### Your goal
Give back an exact copy of the lines from the start of the material through the line bearing "v -64.142 -47 -80". Include both ends and nothing else.
--*--
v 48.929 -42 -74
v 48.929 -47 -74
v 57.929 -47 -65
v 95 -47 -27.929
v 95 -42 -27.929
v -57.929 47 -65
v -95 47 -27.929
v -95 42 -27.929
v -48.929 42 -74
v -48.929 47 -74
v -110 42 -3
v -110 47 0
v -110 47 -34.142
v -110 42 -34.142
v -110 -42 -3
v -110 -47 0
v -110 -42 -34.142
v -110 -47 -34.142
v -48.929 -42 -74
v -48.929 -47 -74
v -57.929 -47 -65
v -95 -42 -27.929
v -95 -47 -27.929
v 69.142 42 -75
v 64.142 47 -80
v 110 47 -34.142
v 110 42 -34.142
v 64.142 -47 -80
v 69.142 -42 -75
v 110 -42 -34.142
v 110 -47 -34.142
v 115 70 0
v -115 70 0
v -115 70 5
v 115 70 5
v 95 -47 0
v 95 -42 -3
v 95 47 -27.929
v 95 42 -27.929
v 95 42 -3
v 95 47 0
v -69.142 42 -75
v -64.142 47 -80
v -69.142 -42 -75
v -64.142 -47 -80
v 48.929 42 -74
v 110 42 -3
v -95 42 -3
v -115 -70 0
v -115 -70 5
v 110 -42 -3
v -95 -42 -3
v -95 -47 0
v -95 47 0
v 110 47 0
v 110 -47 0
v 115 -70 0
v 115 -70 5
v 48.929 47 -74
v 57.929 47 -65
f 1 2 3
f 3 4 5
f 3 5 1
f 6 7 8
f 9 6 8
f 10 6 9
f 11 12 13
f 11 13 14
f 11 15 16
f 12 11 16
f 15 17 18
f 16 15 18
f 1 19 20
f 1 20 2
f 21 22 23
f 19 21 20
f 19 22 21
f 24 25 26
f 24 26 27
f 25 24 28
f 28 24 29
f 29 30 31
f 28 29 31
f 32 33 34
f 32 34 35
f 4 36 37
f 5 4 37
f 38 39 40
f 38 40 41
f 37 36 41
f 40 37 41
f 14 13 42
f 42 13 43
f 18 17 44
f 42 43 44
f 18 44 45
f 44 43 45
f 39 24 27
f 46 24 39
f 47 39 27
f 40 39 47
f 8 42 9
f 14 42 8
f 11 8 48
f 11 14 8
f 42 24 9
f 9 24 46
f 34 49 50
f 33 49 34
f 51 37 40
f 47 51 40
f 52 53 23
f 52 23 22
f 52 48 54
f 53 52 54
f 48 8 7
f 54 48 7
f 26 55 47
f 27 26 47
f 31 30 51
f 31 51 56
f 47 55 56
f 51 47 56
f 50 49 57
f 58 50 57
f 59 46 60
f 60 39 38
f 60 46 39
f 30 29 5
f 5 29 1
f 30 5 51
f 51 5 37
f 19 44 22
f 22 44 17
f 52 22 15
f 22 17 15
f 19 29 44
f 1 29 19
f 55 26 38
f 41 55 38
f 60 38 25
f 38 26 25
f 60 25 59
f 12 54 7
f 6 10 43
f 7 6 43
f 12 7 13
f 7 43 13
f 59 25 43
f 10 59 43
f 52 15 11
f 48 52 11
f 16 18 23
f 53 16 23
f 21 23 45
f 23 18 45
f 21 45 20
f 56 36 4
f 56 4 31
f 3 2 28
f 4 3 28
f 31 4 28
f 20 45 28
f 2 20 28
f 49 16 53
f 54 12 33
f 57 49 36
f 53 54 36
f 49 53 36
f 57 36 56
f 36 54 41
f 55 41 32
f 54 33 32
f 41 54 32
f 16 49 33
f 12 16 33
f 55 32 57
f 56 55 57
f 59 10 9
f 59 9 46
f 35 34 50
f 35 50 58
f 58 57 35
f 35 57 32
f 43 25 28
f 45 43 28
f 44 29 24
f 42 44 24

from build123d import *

# Parameters (mm, degrees)
SKETCH1_W           = 230
SKETCH1_H           = 140
BOSS_EXTRUDE1_DEPTH = 5
SKETCH4_W           = 15
SKETCH4_H           = 94
CUT_EXTRUDE1_DEPTH  = 118
SKETCH7_W           = 72
SKETCH7_H           = 84
CUT_EXTRUDE2_DEPTH  = 226


with BuildPart() as part:
    # Sketch1 → Boss-Extrude1 (new body)
    with BuildSketch(Plane.XY):
        Rectangle(SKETCH1_W, SKETCH1_H)
    extrude(amount=BOSS_EXTRUDE1_DEPTH)

    # Sweep3: sweep along a path in Sketch5
    with BuildLine(Plane(origin=(0, 0, 0), x_dir=(1, 0, 0), z_dir=(0, 1, 0))) as sweep3_path:
        Line((-100, 0), (-100, 30))
        Line((-100, 30), (-60, 70))
        Line((-60, 70), (60, 70))
        Line((60, 70), (100, 30))
        Line((100, 30), (100, 0))
    # Sketch4 → Sweep3 (sweep)
    with BuildSketch(Plane.XY):
        with Locations((-102.5, 0)):
            Rectangle(SKETCH4_W, SKETCH4_H)
    sweep(path=sweep3_path.line, transition=Transition.RIGHT)

    # Sketch6 → Cut-Extrude1 (cut, through all)
    with BuildSketch(Plane(origin=(0, 47, 0), x_dir=(1, 0, 0), z_dir=(0, 1, 0))):
        Polygon((-48.928932188, 74), (48.928932188, 74), (76.464466094, 46.464466094), (-76.464466094, 46.464466094), align=None)
    extrude(amount=-CUT_EXTRUDE1_DEPTH, mode=Mode.SUBTRACT)

    # Sketch7 → Cut-Extrude2 (cut, through all)
    with BuildSketch(Plane.ZY.offset(110)):
        with Locations((-39, 0)):
            Rectangle(SKETCH7_W, SKETCH7_H)
    extrude(amount=-CUT_EXTRUDE2_DEPTH, mode=Mode.SUBTRACT)


solid = part.part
--*--
### Written response
v 48.929 -42 -74
v 48.929 -47 -74
v 57.929 -47 -65
v 95 -47 -27.929
v 95 -42 -27.929
v -57.929 47 -65
v -95 47 -27.929
v -95 42 -27.929
v -48.929 42 -74
v -48.929 47 -74
v -110 42 -3
v -110 47 0
v -110 47 -34.142
v -110 42 -34.142
v -110 -42 -3
v -110 -47 0
v -110 -42 -34.142
v -110 -47 -34.142
v -48.929 -42 -74
v -48.929 -47 -74
v -57.929 -47 -65
v -95 -42 -27.929
v -95 -47 -27.929
v 69.142 42 -75
v 64.142 47 -80
v 110 47 -34.142
v 110 42 -34.142
v 64.142 -47 -80
v 69.142 -42 -75
v 110 -42 -34.142
v 110 -47 -34.142
v 115 70 0
v -115 70 0
v -115 70 5
v 115 70 5
v 95 -47 0
v 95 -42 -3
v 95 47 -27.929
v 95 42 -27.929
v 95 42 -3
v 95 47 0
v -69.142 42 -75
v -64.142 47 -80
v -69.142 -42 -75
v -64.142 -47 -80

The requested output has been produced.